What’s the uniqueness of documentary filmmaking in comparison with the other genres of filmmaking?

I’ve always felt that life is stranger than fiction. Look at the world right now, Stanley Kubrick could not have created anything even close to Donald Trump, Dr. Strangelove was nothing compared to the surrealism in his public life. In the current edition of ASVOFF we are focusing on interesting documentaries like Bruce Weber on the Italian photographer Paolo di Paolo who took the most amazing reportage photographs but when the newspaper he worked for closed he did not lift his camera for 50 years and his own daughter had no idea what a brilliant photographer her father was. At the age of 95 when he’d not taken photos for 50 years Pier Paolo from Valentino contacted him to take backstage photos at his couture show and the story of his life was told in a poetic and emotionally moving way. More than ever I think people born around the 90’s have a hunger for what went on before them and that has been captured in films like Kingdom of Dreams Part one and two which cover the golden years of fashion, or a documentary on Azzedine Alaia A French Couturier by Olivier Nicklaus or a film on Sisters with Transistors tracing the women in electronic music through the ages or a film on Guy Bourdin the epic photographer are all really immersive and it is like reading an autobiography of someone you admire but set to emotion and with the elements of the image and sound a personal entry into a world that you would not ordinarily be privy to.
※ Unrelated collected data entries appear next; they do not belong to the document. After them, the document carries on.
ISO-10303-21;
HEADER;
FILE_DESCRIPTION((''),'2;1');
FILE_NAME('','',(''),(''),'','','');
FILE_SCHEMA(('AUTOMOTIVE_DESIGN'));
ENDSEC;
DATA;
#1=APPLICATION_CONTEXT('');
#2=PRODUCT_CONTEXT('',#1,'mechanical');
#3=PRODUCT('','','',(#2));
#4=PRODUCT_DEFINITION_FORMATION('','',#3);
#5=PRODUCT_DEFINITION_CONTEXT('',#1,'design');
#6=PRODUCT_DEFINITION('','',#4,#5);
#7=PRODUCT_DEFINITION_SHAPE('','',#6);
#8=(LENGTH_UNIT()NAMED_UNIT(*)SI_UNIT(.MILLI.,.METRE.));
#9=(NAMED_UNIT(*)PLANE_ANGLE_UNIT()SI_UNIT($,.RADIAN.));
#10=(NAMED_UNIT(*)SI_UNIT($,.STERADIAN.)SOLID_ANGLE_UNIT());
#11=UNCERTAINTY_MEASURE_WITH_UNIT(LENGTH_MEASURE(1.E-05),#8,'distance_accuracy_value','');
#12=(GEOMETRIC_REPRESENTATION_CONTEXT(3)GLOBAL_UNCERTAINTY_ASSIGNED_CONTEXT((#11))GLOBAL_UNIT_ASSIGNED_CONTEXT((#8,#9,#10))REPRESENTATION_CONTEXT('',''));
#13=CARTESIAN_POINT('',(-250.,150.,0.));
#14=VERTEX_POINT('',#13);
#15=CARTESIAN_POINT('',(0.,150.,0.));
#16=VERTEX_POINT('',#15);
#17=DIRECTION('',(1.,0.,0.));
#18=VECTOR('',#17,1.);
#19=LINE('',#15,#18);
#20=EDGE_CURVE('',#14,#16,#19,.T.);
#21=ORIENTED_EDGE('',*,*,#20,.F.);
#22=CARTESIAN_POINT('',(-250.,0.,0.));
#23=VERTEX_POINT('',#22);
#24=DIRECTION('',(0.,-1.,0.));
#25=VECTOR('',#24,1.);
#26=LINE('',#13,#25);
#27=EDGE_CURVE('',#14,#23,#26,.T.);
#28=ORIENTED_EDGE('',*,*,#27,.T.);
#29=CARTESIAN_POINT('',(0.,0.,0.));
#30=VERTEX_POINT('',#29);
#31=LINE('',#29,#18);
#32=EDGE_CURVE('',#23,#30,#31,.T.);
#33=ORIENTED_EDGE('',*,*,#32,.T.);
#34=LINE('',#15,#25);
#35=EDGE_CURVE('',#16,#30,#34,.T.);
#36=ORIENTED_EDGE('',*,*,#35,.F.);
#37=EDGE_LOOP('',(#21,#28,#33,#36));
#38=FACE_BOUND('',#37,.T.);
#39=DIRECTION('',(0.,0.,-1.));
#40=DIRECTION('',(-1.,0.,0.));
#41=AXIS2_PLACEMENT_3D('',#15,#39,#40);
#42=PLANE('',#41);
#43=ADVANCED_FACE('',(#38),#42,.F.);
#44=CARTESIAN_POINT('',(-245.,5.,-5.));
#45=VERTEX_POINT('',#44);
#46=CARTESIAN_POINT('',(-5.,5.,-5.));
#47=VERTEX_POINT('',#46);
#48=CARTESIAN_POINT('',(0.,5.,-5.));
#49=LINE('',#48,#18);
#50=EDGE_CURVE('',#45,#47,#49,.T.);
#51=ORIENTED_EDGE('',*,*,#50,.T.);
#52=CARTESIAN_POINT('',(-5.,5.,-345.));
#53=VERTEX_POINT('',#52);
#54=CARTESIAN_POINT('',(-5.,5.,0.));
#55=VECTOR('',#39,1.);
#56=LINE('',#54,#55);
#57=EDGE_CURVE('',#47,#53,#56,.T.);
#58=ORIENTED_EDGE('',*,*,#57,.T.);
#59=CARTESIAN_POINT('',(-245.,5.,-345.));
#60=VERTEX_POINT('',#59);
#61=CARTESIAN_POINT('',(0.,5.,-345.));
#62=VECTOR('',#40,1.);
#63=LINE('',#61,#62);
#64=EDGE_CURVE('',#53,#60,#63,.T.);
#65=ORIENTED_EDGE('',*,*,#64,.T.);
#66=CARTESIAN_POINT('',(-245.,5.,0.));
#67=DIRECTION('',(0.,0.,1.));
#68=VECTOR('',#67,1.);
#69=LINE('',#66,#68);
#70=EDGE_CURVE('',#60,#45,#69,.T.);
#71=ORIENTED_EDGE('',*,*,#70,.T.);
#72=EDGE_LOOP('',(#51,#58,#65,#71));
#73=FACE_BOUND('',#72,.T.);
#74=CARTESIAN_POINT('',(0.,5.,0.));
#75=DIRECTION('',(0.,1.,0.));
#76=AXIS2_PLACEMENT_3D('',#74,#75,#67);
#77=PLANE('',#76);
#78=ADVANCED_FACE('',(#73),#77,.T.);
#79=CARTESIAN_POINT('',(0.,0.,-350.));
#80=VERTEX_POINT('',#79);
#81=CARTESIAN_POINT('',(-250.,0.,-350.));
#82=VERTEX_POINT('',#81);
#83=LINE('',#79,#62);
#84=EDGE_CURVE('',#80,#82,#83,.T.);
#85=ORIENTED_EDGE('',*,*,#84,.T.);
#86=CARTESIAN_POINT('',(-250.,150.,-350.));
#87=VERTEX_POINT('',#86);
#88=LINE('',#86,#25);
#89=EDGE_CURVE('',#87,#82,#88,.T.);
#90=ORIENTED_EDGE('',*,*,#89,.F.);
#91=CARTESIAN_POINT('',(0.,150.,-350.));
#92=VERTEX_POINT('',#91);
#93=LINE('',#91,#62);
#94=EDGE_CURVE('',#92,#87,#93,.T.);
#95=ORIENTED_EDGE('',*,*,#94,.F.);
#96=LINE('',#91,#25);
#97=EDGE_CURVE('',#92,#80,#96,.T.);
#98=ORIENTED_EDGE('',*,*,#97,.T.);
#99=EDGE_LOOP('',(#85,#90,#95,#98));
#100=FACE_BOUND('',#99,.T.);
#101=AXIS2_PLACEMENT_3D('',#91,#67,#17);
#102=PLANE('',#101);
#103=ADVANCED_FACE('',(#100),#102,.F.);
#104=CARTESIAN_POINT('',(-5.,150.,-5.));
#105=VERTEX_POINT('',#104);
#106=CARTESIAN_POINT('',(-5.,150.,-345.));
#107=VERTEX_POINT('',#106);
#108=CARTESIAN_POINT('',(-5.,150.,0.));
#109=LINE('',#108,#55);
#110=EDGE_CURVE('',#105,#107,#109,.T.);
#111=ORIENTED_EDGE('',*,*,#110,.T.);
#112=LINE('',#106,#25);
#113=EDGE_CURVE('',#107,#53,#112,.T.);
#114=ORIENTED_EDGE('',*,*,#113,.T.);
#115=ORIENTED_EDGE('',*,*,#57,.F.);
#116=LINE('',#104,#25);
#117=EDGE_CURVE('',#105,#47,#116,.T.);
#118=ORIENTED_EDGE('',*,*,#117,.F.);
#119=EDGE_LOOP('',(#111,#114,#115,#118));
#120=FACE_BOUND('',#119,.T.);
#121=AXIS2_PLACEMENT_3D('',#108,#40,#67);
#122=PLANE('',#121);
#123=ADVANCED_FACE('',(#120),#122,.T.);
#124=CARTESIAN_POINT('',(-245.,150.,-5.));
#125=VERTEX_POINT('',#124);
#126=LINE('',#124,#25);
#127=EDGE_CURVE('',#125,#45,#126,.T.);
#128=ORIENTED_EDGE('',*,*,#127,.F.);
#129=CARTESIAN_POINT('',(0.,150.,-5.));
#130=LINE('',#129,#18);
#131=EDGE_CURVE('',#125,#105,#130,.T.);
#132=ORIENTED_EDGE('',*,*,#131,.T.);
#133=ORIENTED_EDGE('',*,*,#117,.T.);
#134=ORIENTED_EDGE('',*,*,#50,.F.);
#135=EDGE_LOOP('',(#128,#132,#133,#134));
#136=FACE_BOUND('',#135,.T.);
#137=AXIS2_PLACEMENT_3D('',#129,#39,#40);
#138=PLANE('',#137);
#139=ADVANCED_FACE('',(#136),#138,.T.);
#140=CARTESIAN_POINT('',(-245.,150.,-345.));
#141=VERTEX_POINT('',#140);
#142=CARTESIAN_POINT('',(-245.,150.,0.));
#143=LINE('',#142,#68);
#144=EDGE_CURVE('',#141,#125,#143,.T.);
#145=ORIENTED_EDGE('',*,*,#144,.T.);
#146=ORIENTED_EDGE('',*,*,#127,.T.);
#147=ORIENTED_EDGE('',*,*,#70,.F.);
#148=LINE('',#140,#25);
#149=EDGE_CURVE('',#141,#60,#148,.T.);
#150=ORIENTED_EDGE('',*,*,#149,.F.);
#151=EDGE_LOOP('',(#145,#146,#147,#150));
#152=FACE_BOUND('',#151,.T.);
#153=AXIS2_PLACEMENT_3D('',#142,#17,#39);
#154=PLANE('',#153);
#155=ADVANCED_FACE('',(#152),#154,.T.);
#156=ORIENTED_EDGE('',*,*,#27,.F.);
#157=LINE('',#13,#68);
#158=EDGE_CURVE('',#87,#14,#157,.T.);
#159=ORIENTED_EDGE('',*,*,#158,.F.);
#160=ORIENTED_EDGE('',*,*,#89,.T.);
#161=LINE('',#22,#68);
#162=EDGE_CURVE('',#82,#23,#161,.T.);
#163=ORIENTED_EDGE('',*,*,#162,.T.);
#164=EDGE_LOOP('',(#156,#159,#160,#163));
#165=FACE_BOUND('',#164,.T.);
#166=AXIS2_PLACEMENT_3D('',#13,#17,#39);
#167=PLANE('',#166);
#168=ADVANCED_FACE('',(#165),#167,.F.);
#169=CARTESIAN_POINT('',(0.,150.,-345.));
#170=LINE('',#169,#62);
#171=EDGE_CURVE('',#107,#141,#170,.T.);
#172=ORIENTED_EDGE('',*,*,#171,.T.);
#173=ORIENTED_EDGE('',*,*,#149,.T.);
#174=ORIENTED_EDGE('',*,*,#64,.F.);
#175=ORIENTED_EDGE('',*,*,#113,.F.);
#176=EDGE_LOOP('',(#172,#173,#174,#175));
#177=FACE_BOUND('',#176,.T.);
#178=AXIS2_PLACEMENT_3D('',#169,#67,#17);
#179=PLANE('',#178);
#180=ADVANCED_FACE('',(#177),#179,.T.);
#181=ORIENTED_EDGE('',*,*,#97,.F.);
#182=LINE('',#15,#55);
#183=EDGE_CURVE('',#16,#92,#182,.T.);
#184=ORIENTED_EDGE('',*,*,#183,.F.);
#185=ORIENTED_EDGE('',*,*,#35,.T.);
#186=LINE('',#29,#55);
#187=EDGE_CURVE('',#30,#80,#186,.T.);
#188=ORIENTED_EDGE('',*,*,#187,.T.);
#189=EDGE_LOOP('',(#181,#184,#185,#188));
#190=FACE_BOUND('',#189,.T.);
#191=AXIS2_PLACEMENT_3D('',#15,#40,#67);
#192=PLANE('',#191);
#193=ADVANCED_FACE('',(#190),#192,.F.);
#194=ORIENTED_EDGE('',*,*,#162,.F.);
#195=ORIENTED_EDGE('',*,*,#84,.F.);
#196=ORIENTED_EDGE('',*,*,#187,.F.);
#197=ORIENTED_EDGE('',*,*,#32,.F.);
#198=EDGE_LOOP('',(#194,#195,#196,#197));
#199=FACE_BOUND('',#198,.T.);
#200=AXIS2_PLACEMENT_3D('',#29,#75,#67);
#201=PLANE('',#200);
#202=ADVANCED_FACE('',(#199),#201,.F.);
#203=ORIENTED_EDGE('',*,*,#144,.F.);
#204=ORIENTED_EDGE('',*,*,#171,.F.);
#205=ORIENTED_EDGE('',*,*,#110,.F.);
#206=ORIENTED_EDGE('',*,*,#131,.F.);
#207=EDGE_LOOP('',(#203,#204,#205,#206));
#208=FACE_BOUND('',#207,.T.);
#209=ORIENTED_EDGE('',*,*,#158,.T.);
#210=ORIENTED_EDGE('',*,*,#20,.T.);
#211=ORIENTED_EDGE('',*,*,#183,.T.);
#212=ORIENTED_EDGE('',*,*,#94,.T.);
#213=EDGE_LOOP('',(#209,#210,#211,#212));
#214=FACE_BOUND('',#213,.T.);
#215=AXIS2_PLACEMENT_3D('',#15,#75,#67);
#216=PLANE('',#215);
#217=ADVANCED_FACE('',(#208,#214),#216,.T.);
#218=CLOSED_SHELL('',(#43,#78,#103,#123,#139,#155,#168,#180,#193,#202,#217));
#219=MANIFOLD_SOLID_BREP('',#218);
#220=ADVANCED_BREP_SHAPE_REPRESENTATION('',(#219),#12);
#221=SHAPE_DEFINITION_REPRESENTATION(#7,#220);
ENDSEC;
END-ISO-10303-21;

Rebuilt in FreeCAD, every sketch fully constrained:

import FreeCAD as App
import Part
import Sketcher
from FreeCAD import Vector
Q = App.Units.Quantity


def faces_at(feature, points):
    """Names of the faces that lie closest to the given points."""
    faces = feature.Shape.Faces
    near = lambda p: min(range(len(faces)), key=lambda i: faces[i].distToShape(Part.Vertex(*p))[0])
    return sorted({f"Face{near(p) + 1}" for p in points})


def add_polygon(sketch, points):
    """Adds a closed chain of lines whose ends are joined by coincident constraints."""
    first, n = sketch.GeometryCount, len(points)
    for a, b in zip(points, points[1:] + points[:1]):
        sketch.addGeometry(Part.LineSegment(App.Vector(*a, 0), App.Vector(*b, 0)), False)
    for i in range(n):
        sketch.addConstraint(Sketcher.Constraint("Coincident", first + i, 2, first + (i + 1) % n, 1))

doc = App.newDocument("Part")
body = doc.addObject("PartDesign::Body", "Body")

# Sketch on XZ plane
sketch1 = doc.addObject("Sketcher::SketchObject", "Sketch")
body.addObject(sketch1)
sketch1.AttachmentSupport = (doc.XZ_Plane, [""])
sketch1.MapMode = "FlatFace"
add_polygon(sketch1, [(-250, -350), (-250, 0), (0, 0), (0, -350)])  # lines 0-3
sketch1.addConstraint([
    Sketcher.Constraint("Vertical", 0),
    Sketcher.Constraint("Horizontal", 1),
    Sketcher.Constraint("Vertical", 2),
    Sketcher.Constraint("Horizontal", 3),
    Sketcher.Constraint("Coincident", 1, 2, -1, 1),
    Sketcher.Constraint("DistanceX", 1, 1, 1, 2, Q("250 mm")),
    Sketcher.Constraint("DistanceY", 0, 1, 0, 2, Q("350 mm")),
])
pad1 = doc.addObject("PartDesign::Pad", "Pad")
body.addObject(pad1)
pad1.Profile = sketch1
pad1.Length = 150
pad1.Reversed = True
doc.recompute()

thickness = doc.addObject("PartDesign::Thickness", "Thickness")
body.addObject(thickness)
thickness.Base = (pad1, faces_at(pad1, [(-125, 150, -175)]))
thickness.Value = 5
thickness.Reversed = True
thickness.Join = "Intersection"

doc.recompute()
What made you take the decision to leave New York City for Paris? How open did you find Paris?

New York in the end of 1990 was like Blade Runner in the worst of ways, 80% of my neighbourhood was dead or dying from AIDS, the homeless situation was out of control, drugs were rampant as was crime and as a fashion designer, which is what I was at that time, this just was not inspiring. I thought about leaving for at least 4 years before I took the leap across the ocean with no strategy and no plan other than I could not stand living in New York anymore. As for Paris being open…absolutely not. In New York, the NYC that I knew, we embraced foreigners, in Paris, they repel them. It was tough the first three years, but I was determined to stick it out. Thirty-two years later I am still here.

What is the story behind the creation of ASVOFF and its merging forms of art?

I studied film, that is what I got my degree in all those decades ago, I had my own brand as a fashion designer in New York for 13 years and in between I worked a little bit as a costume designer for films and understood that there was a fear of fashion for most directors and by putting together ASVOFF, the first festival actually was in 2006 and it was called You Wear it Well, I wanted to show how one supports the other so in a way it was joining a circle, a circle that was my life experience. I like to support fashion designers and filmmakers but more than anything what ASVOFF really is, it is a cultural event: fashion, culture, film. It is not about advertising or celebrity it is about creation.